(Dataset records)
== Segment start ==

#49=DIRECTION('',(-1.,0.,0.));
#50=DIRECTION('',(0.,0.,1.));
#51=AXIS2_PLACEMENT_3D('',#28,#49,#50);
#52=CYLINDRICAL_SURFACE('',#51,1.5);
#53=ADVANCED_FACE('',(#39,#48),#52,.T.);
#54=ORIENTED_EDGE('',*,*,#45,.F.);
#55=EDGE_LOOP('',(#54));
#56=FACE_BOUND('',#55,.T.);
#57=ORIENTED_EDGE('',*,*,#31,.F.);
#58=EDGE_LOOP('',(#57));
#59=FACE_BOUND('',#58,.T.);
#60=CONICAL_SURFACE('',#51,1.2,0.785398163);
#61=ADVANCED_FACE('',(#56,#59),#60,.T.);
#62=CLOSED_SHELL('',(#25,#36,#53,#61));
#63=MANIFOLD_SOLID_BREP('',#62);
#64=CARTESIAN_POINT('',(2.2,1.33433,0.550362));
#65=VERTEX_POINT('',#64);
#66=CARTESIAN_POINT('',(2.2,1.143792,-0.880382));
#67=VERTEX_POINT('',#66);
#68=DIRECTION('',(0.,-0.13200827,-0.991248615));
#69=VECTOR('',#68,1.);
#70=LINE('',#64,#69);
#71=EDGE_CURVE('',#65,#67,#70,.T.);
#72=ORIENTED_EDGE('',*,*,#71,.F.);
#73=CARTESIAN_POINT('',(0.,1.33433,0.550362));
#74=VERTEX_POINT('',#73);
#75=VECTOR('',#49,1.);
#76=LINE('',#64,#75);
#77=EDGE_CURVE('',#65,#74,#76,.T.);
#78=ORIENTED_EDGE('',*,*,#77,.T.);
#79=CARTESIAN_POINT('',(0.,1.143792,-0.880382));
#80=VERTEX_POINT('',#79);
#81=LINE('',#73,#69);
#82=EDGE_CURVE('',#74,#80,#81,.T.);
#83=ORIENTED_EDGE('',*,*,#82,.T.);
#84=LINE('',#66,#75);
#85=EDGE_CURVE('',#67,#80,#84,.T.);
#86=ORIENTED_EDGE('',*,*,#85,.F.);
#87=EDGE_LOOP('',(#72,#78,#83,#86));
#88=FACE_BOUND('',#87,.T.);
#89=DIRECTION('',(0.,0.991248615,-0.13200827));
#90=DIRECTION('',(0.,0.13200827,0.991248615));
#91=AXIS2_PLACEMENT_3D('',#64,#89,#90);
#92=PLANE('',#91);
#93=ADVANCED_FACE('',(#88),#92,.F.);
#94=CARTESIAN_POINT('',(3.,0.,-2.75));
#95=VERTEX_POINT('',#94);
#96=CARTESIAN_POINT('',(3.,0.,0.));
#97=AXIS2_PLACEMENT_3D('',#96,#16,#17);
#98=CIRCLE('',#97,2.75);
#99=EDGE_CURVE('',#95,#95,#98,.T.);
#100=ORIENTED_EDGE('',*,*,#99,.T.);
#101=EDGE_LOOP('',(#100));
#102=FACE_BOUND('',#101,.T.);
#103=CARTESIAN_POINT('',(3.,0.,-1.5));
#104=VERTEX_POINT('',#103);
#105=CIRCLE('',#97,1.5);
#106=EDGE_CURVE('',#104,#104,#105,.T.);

== Segment end ==
== Segment start ==

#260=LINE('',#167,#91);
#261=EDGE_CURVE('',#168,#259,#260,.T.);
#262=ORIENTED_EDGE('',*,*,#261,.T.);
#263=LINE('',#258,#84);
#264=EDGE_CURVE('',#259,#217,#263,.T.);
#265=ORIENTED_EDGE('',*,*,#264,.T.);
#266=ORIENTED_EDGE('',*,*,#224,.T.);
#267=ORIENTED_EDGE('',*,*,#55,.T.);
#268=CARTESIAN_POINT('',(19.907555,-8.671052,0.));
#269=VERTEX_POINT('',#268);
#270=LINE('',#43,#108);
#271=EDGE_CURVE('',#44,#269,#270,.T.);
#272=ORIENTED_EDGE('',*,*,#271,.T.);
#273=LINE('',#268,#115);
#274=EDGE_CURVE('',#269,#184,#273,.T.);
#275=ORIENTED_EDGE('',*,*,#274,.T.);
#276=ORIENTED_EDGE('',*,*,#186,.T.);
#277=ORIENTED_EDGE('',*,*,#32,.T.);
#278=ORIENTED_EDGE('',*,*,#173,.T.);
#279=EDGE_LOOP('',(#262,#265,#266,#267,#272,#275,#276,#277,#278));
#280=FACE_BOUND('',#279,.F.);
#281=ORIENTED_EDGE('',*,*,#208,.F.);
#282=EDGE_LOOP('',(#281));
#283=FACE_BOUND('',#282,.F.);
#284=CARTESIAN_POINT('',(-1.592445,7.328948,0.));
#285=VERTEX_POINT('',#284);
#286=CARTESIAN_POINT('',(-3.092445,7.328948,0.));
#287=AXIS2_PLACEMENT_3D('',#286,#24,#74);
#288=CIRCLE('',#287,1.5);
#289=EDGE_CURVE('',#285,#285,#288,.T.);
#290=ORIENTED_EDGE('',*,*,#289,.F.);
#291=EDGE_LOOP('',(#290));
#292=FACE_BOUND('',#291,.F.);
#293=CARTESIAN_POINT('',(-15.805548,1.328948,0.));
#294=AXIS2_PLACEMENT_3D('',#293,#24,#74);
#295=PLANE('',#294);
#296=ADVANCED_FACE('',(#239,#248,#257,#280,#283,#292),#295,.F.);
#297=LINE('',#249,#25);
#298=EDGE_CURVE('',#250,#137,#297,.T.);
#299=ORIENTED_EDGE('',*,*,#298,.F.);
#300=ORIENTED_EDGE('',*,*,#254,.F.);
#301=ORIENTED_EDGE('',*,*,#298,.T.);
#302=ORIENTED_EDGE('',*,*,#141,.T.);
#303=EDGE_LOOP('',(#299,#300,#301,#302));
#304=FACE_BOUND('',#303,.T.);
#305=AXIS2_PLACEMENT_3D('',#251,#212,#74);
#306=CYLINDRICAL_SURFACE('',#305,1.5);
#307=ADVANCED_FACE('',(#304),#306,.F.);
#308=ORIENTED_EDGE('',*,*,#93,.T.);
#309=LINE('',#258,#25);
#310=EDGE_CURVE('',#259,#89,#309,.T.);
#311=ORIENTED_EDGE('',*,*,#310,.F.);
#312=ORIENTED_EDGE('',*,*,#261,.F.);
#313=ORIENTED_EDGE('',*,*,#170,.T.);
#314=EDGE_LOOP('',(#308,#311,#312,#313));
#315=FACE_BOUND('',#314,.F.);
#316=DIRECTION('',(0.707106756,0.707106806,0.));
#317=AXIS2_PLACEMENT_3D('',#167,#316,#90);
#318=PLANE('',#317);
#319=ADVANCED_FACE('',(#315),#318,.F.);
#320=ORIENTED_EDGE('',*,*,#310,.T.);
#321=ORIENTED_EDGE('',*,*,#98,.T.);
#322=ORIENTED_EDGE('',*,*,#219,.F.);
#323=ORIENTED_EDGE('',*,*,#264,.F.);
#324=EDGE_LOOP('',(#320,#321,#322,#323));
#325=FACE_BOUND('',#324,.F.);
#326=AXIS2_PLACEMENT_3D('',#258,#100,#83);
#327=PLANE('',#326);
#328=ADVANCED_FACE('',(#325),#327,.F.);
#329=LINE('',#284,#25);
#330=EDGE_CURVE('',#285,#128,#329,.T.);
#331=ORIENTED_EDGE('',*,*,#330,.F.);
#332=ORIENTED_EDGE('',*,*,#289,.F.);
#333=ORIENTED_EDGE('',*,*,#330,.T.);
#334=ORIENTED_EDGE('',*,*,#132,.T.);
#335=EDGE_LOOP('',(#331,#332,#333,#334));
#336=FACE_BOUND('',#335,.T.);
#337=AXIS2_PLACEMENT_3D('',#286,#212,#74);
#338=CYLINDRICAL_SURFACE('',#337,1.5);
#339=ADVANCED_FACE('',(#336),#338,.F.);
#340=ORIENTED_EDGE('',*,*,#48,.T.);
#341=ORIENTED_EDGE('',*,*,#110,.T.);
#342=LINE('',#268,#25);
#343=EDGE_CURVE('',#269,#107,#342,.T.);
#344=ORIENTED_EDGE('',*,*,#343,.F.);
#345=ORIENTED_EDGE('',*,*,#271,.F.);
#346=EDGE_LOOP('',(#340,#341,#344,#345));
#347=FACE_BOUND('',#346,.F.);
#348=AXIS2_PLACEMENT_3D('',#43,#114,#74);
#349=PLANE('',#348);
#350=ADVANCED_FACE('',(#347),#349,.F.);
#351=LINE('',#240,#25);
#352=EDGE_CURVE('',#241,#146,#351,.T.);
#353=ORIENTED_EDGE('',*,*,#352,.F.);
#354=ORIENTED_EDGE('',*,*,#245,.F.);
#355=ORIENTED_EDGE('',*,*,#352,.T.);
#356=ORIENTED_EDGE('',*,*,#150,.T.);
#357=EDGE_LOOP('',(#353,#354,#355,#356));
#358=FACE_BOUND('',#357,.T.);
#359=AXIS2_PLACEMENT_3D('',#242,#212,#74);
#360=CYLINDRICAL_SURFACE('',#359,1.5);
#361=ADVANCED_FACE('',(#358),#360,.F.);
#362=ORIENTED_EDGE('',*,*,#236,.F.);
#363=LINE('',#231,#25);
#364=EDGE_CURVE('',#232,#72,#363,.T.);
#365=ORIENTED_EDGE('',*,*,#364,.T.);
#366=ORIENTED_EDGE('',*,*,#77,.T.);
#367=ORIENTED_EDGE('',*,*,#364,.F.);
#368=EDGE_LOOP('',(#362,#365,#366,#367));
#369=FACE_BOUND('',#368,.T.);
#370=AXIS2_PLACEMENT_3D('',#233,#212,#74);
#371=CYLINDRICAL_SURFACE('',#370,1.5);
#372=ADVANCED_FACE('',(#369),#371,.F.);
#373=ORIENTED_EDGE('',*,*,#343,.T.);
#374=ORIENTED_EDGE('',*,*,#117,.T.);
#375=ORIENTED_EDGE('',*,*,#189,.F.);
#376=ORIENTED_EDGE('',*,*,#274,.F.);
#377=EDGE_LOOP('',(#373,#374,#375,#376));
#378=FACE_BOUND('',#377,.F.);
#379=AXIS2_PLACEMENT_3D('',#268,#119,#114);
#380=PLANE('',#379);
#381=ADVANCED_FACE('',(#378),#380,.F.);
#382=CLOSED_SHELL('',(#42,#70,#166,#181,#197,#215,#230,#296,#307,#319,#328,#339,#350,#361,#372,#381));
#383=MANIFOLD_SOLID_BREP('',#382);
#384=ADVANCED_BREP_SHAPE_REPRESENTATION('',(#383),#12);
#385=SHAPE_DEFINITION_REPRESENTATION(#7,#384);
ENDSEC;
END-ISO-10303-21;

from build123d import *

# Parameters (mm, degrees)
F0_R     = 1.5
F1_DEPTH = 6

== Segment end ==

> **Assignment**:
Given the records above, restate word for word only the lines starting at the one with "#49=DIRECTION('',(-1.,0.,0.));" and ending at the one with "#60=CONICAL_SURFACE('',#51,1.2,0.785398163);".

> **Output for this exercise**:
#49=DIRECTION('',(-1.,0.,0.));
#50=DIRECTION('',(0.,0.,1.));
#51=AXIS2_PLACEMENT_3D('',#28,#49,#50);
#52=CYLINDRICAL_SURFACE('',#51,1.5);
#53=ADVANCED_FACE('',(#39,#48),#52,.T.);
#54=ORIENTED_EDGE('',*,*,#45,.F.);
#55=EDGE_LOOP('',(#54));
#56=FACE_BOUND('',#55,.T.);
#57=ORIENTED_EDGE('',*,*,#31,.F.);
#58=EDGE_LOOP('',(#57));
#59=FACE_BOUND('',#58,.T.);
#60=CONICAL_SURFACE('',#51,1.2,0.785398163);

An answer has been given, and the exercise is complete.